Should Putin’s winter
strategy fail to result in new Western pressure on Zelensky to negotiate
with Moscow, and should Russian forces continue to lose ground in Ukraine,
Putin may well follow up on his oft-cited threats to “use all available means.”
One possible option is large-scale cyber-attacks on Western infrastructure.
This threat may already have been previewed in the distributed denial of
service (DDOS) attacks on the websites of several large U.S. airports in
mid-October.
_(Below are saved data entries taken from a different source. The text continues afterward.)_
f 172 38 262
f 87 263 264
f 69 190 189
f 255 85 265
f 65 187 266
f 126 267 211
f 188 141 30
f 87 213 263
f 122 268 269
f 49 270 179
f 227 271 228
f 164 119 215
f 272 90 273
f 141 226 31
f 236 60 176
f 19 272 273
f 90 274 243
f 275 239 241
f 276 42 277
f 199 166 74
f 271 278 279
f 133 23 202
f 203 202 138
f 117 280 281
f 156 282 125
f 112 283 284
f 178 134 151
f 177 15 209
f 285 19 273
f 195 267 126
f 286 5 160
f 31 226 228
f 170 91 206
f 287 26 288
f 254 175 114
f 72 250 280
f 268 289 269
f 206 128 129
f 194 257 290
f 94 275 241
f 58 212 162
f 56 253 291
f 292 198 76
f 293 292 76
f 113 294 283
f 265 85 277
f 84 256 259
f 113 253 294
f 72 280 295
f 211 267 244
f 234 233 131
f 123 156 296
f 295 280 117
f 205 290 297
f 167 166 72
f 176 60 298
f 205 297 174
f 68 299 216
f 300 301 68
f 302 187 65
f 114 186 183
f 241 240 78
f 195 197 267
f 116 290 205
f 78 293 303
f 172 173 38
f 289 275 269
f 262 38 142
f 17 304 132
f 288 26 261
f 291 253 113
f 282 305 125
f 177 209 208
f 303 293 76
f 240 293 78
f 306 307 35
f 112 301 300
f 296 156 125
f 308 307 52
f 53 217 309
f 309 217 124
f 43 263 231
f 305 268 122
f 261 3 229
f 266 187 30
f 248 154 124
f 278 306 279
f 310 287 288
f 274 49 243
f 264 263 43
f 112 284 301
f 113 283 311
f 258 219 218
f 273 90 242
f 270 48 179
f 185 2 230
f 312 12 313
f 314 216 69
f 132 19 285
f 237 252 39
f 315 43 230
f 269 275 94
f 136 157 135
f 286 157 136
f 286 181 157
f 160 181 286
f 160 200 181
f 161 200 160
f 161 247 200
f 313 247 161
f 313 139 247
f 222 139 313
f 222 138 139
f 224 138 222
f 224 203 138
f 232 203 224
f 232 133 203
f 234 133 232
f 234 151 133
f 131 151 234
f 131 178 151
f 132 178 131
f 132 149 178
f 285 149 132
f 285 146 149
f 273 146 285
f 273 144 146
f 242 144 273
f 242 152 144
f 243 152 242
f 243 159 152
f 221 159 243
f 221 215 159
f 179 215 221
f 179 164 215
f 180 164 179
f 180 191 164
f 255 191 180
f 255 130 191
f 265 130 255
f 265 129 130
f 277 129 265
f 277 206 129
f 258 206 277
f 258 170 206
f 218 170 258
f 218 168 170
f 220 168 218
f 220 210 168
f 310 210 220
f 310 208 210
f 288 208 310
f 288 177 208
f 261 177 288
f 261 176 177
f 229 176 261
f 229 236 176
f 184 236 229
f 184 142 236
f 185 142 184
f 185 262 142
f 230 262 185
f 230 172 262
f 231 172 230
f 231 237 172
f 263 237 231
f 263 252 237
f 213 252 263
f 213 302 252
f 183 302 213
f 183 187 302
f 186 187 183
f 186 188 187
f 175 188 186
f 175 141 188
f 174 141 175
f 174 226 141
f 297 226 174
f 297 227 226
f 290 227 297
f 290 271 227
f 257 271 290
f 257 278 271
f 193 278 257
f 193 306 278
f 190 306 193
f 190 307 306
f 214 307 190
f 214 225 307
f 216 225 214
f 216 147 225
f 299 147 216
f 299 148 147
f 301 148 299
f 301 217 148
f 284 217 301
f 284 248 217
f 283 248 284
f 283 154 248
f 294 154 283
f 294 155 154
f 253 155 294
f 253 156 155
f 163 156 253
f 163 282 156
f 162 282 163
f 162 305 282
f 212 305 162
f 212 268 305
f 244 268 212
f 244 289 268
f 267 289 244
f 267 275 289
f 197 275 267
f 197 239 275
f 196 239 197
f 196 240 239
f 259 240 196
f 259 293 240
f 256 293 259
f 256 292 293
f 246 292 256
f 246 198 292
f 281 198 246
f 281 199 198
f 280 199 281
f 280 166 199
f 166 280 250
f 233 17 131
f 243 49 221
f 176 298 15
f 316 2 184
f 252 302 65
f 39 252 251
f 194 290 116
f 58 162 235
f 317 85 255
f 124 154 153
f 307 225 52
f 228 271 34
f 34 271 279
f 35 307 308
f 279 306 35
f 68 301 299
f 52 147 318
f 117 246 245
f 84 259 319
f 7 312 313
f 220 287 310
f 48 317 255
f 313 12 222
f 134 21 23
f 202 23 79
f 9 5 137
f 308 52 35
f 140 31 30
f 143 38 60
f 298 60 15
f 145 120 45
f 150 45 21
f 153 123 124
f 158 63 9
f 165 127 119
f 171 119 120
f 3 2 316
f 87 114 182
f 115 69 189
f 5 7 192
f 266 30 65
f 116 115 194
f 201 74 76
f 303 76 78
Preliminary assessments indicate that the attacks emanated
from Russia, signaling that Moscow may be prepared to employ cyber tools if the
West continues to arm Kyiv with more advanced weaponry.
But Russia could also
use chemical weapons or tactical nuclear weapons to change the course of a
battle on the ground. Putin’s multiple references to nuclear weapons suggest he
may believe that the psychological terror aspect induced by these weapons could
be decisive—if not on the ground, then at the negotiating table. Such moves
would entail significant risk, as they likely would set off major Western
retaliatory actions and start an escalatory spiral that neither Putin nor the
West could easily manage. Moreover, should such a step fail to give Moscow the
upper hand in Ukraine, mounting domestic criticism will inevitably force Putin
to focus on an even more urgent priority: retaining power. If such a reckoning
occurs, the views of Russia’s war hawks, including some of Putin’s closest
advisers, may be decisive. As Stephen Sestanovich has noted, if any of them
start to believe that Russia needs to cut its losses, Putin will need others
with whom to share the blame.
Putin has already
positioned himself for such a scenario. Recall that just three days before the
February 24 invasion, he orchestrated a nationally televised meeting of Russia’s
Security Council in which each member voiced a strong agreement with the need
to take action in Ukraine. And in his announcement of Russian missile strikes
after the bombing of the Kerch Strait Bridge, Putin noted that the Defense
Ministry proposed this move following planning by Russia’s General Staff. Yet
such efforts to share the political risk in these decisions can go only so far
since it was Putin’s obsession with Ukraine and its inextricable bonds with
Russia that set off the march to war.
As Kyiv and its
Western backers assess Putin’s options in the coming months, one thing seems
clear: Putin has various ways of prolonging the war. With continued oil
revenues, fresh manpower could sustain Russia’s war machine, possibly with
extraordinarily destructive effects in Ukraine and beyond. At the same
time, however, Putin’s options are narrowing. Over time, growing public
opposition to the war could become difficult for him to contain as he
approaches a 2024 election. Possible fissures within Putin’s inner circle will
be harder to discern but more likely to threaten him directly. Continuing
unified and robust Western support for Ukraine could well intensify this
dynamic. Still, unless such political infighting or maneuvering by Kremlin
insiders debilitates Putin, this war could continue for some time.